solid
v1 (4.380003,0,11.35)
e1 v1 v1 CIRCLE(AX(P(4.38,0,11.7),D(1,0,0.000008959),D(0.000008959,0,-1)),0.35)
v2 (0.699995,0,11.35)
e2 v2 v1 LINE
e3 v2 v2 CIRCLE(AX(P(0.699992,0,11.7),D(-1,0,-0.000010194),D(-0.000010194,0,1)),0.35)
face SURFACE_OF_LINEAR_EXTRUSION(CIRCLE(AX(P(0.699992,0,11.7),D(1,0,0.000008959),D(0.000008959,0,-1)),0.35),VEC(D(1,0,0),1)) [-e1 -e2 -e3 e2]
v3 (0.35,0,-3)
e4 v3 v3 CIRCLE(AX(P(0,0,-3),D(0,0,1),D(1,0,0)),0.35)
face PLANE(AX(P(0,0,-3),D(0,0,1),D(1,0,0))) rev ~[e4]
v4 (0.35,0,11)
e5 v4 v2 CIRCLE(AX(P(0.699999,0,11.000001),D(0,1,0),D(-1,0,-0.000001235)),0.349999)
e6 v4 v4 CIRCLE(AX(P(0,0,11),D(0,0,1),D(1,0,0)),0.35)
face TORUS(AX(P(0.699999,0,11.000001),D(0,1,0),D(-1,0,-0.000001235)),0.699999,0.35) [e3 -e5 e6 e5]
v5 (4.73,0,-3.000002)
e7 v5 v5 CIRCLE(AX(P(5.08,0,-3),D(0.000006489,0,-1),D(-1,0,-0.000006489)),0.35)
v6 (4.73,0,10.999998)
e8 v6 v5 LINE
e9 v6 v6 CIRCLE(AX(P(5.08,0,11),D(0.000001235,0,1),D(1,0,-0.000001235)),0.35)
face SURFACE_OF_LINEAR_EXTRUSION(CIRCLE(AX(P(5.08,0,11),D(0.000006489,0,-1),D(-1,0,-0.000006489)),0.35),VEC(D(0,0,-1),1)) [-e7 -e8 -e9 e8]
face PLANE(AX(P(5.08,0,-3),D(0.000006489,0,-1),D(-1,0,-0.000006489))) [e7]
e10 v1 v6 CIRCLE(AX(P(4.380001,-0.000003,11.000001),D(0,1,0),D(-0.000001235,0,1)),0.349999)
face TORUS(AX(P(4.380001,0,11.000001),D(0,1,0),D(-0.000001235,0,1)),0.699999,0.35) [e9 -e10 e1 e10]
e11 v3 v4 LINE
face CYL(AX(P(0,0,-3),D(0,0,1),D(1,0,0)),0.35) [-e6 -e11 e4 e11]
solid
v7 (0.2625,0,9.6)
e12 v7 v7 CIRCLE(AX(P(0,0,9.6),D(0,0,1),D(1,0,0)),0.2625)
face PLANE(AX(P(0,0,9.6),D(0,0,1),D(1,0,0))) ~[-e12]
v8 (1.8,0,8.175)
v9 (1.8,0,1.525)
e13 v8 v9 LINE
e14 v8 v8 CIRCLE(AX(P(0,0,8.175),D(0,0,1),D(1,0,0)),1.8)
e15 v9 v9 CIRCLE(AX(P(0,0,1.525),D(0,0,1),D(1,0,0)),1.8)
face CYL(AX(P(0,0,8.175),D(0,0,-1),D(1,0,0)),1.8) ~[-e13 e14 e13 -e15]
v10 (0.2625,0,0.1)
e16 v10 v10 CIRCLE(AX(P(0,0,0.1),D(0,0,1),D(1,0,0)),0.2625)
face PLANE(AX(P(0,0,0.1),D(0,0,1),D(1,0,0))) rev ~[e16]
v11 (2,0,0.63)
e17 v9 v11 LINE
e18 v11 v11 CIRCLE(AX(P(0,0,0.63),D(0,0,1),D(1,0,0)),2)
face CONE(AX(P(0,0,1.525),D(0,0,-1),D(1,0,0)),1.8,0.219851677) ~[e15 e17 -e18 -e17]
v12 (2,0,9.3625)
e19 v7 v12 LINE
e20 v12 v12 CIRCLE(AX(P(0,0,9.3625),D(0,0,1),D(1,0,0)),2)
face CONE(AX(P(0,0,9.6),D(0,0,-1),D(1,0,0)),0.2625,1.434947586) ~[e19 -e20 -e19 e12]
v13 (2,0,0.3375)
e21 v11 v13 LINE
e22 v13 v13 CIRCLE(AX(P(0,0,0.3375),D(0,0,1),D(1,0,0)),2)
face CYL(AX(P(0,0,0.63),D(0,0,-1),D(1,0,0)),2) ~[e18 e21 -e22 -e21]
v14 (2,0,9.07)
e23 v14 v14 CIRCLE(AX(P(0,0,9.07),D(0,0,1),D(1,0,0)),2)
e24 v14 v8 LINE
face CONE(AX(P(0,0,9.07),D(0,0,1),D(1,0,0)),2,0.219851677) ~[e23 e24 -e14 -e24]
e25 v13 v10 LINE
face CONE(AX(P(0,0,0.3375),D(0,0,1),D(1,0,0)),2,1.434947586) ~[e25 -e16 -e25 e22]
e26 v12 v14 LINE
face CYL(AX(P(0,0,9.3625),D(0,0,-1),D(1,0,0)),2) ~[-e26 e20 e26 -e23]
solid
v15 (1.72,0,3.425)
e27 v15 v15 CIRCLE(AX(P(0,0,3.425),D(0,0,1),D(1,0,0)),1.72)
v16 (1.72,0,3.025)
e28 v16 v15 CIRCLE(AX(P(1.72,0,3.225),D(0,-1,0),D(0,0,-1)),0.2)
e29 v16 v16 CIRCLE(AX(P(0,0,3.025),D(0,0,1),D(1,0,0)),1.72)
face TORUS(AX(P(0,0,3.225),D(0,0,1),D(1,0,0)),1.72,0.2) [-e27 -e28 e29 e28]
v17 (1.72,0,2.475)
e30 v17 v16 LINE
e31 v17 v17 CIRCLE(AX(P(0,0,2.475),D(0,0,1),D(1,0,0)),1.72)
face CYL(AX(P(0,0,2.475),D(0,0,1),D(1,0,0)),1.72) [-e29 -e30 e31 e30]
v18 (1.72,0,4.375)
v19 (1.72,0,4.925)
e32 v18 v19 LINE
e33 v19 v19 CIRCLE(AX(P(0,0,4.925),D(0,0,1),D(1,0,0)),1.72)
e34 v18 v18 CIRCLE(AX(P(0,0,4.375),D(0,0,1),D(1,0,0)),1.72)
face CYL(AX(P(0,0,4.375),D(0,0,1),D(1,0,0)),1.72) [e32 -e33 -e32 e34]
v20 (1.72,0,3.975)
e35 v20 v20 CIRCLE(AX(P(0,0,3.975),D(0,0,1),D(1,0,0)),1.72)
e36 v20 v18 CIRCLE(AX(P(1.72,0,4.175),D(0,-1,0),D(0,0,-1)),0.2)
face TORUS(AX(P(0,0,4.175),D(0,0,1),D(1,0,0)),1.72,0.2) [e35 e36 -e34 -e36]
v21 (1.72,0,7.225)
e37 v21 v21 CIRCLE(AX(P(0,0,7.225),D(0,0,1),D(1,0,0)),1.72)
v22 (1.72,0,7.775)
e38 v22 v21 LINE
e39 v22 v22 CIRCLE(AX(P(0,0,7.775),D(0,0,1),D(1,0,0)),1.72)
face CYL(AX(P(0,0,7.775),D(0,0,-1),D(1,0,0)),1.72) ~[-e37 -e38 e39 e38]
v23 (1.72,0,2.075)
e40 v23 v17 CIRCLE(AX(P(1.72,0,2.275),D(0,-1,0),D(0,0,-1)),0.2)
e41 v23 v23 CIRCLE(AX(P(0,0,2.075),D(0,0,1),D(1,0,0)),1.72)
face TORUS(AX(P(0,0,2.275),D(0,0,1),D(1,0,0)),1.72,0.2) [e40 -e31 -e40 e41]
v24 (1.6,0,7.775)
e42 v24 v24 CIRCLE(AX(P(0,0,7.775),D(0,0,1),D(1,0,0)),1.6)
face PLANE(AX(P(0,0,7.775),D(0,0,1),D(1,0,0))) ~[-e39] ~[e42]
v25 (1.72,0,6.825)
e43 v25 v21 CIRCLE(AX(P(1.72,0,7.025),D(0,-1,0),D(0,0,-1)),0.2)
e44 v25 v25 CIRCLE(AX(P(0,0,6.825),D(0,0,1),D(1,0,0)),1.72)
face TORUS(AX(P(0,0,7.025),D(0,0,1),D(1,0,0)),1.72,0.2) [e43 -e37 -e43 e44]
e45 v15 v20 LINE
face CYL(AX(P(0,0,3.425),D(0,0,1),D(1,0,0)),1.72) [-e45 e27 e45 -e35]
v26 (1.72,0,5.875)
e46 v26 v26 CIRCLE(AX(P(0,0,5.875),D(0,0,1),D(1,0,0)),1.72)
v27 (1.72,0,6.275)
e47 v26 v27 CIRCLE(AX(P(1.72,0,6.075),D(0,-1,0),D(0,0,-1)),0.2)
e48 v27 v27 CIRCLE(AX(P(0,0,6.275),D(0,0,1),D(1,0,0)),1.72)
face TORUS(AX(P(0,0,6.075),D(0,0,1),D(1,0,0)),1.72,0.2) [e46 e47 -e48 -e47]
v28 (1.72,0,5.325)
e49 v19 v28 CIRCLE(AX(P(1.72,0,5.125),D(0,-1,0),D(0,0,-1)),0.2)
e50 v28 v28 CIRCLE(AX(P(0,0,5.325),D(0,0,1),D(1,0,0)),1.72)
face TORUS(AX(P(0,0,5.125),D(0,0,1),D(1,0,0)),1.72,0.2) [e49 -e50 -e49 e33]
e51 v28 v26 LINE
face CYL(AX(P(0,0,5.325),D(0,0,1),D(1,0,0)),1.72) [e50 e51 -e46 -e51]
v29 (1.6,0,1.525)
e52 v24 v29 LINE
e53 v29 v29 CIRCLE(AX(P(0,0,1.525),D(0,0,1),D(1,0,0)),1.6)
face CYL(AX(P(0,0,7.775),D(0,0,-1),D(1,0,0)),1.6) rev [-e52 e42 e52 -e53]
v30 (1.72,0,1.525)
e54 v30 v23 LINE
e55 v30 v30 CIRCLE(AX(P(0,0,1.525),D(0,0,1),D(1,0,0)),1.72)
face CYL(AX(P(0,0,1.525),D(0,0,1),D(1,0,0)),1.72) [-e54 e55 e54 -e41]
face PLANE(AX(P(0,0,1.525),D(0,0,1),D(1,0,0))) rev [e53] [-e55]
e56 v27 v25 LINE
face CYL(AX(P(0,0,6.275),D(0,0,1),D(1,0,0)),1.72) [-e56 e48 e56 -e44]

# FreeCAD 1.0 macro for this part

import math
import FreeCAD as App
import Part
import Sketcher
from FreeCAD import Vector
Q = App.Units.Quantity


def add_polygon(sketch, points):
    """Adds a closed chain of lines whose ends are joined by coincident constraints."""
    first, n = sketch.GeometryCount, len(points)
    for a, b in zip(points, points[1:] + points[:1]):
        sketch.addGeometry(Part.LineSegment(App.Vector(*a, 0), App.Vector(*b, 0)), False)
    for i in range(n):
        sketch.addConstraint(Sketcher.Constraint("Coincident", first + i, 2, first + (i + 1) % n, 1))

doc = App.newDocument("Part")
body = doc.addObject("PartDesign::Body", "Body")

# Sketch on XY plane
sketch1 = body.newObject("Sketcher::SketchObject", "Sketch")
sketch1.AttachmentSupport = (doc.getObject("XY_Plane"), [""])
sketch1.MapMode = "FlatFace"
sketch1.AttachmentOffset = App.Placement(Vector(0, 0, -2), App.Rotation())
sketch1.addGeometry(Part.Circle(Vector(0, 0, 0), Vector(0, 0, 1), 0.35), False)
sketch1.addConstraint([
    Sketcher.Constraint("Coincident", 0, 3, -1, 1),
    Sketcher.Constraint("Diameter", 0, Q("0.7 mm")),
])

# Sketch on XZ plane
sketch2 = body.newObject("Sketcher::SketchObject", "Sketch001")
sketch2.AttachmentSupport = (doc.getObject("XZ_Plane"), [""])
sketch2.MapMode = "FlatFace"
sketch2.addGeometry([
    Part.LineSegment(Vector(0, -3, 0), Vector(0, 11, 0)),  # 0
    Part.ArcOfCircle(Part.Circle(Vector(0.7, 11, 0), Vector(0, 0, 1), 0.7), math.radians(90), math.radians(180)),  # 1
    Part.LineSegment(Vector(0.7, 11.7, 0), Vector(4.4, 11.7, 0)),  # 2
    Part.ArcOfCircle(Part.Circle(Vector(4.4, 11, 0), Vector(0, 0, 1), 0.7), math.radians(0), math.radians(90)),  # 3
    Part.LineSegment(Vector(5.1, 11, 0), Vector(5.1, -3, 0)),  # 4
], False)
sketch2.addConstraint([
    Sketcher.Constraint("Tangent", 0, 2, 1, 2),
    Sketcher.Constraint("Coincident", 1, 1, 2, 1),
    Sketcher.Constraint("Tangent", 2, 2, 3, 2),
    Sketcher.Constraint("Tangent", 3, 1, 4, 1),
    Sketcher.Constraint("Vertical", 0),
    Sketcher.Constraint("Horizontal", 2),
    Sketcher.Constraint("Vertical", 4),
    Sketcher.Constraint("Equal", 1, 3),
    Sketcher.Constraint("PointOnObject", 0, 1, -2),
    Sketcher.Constraint("Horizontal", 0, 1, 4, 2),
    Sketcher.Constraint("Radius", 1, Q("0.699999 mm")),
    Sketcher.Constraint("DistanceY", 0, 1, 0, 2, Q("14 mm")),
    Sketcher.Constraint("DistanceY", -1, 1, 1, 3, Q("11.000001 mm")),
    Sketcher.Constraint("DistanceX", -1, 1, 3, 3, Q("4.380001 mm")),
    Sketcher.Constraint("DistanceX", 2, 1, 2, 2, Q("3.680008 mm")),
])
doc.recompute()

additivepipe = body.newObject("PartDesign::AdditivePipe", "AdditivePipe")
additivepipe.Profile = sketch1
additivepipe.Spine = (sketch2, ["Edge1", "Edge2", "Edge3", "Edge4", "Edge5"])
body2 = doc.addObject("PartDesign::Body", "Body001")

# Sketch on XZ plane
sketch3 = body2.newObject("Sketcher::SketchObject", "Sketch002")
sketch3.AttachmentSupport = (doc.getObject("XZ_Plane001"), [""])
sketch3.MapMode = "FlatFace"
add_polygon(sketch3, [(0, 9.6), (0, 0.1), (0.26, 0.1), (2, 0.34), (2, 0.63), (1.8, 1.52), (1.8, 8.18), (2, 9.07), (2, 9.36), (0.26, 9.6)])  # lines 0-9
sketch3.addConstraint([
    Sketcher.Constraint("Vertical", 0),
    Sketcher.Constraint("Horizontal", 1),
    Sketcher.Constraint("Vertical", 3),
    Sketcher.Constraint("Vertical", 5),
    Sketcher.Constraint("Vertical", 7),
    Sketcher.Constraint("Horizontal", 9),
    Sketcher.Constraint("PointOnObject", 0, 2, -2),
    Sketcher.Constraint("Vertical", 3, 2, 6, 2),
    Sketcher.Constraint("Vertical", 1, 2, 8, 2),
    Sketcher.Constraint("Equal", 3, 7),
    Sketcher.Constraint("Equal", 4, 6),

**Try it:**
Taking the entries above, write out exactly the lines starting with the line containing "e21 v11 v13 LINE" and going on through the line containing "face CYL(AX(P(0,0,4.375),D(0,0,1),D(1,0,0)),1.72) [e32", both included, and nothing else.

**Result for this task:**
e21 v11 v13 LINE
e22 v13 v13 CIRCLE(AX(P(0,0,0.3375),D(0,0,1),D(1,0,0)),2)
face CYL(AX(P(0,0,0.63),D(0,0,-1),D(1,0,0)),2) ~[e18 e21 -e22 -e21]
v14 (2,0,9.07)
e23 v14 v14 CIRCLE(AX(P(0,0,9.07),D(0,0,1),D(1,0,0)),2)
e24 v14 v8 LINE
face CONE(AX(P(0,0,9.07),D(0,0,1),D(1,0,0)),2,0.219851677) ~[e23 e24 -e14 -e24]
e25 v13 v10 LINE
face CONE(AX(P(0,0,0.3375),D(0,0,1),D(1,0,0)),2,1.434947586) ~[e25 -e16 -e25 e22]
e26 v12 v14 LINE
face CYL(AX(P(0,0,9.3625),D(0,0,-1),D(1,0,0)),2) ~[-e26 e20 e26 -e23]
solid
v15 (1.72,0,3.425)
e27 v15 v15 CIRCLE(AX(P(0,0,3.425),D(0,0,1),D(1,0,0)),1.72)
v16 (1.72,0,3.025)
e28 v16 v15 CIRCLE(AX(P(1.72,0,3.225),D(0,-1,0),D(0,0,-1)),0.2)
e29 v16 v16 CIRCLE(AX(P(0,0,3.025),D(0,0,1),D(1,0,0)),1.72)
face TORUS(AX(P(0,0,3.225),D(0,0,1),D(1,0,0)),1.72,0.2) [-e27 -e28 e29 e28]
v17 (1.72,0,2.475)
e30 v17 v16 LINE
e31 v17 v17 CIRCLE(AX(P(0,0,2.475),D(0,0,1),D(1,0,0)),1.72)
face CYL(AX(P(0,0,2.475),D(0,0,1),D(1,0,0)),1.72) [-e29 -e30 e31 e30]
v18 (1.72,0,4.375)
v19 (1.72,0,4.925)
e32 v18 v19 LINE
e33 v19 v19 CIRCLE(AX(P(0,0,4.925),D(0,0,1),D(1,0,0)),1.72)
e34 v18 v18 CIRCLE(AX(P(0,0,4.375),D(0,0,1),D(1,0,0)),1.72)
face CYL(AX(P(0,0,4.375),D(0,0,1),D(1,0,0)),1.72) [e32 -e33 -e32 e34]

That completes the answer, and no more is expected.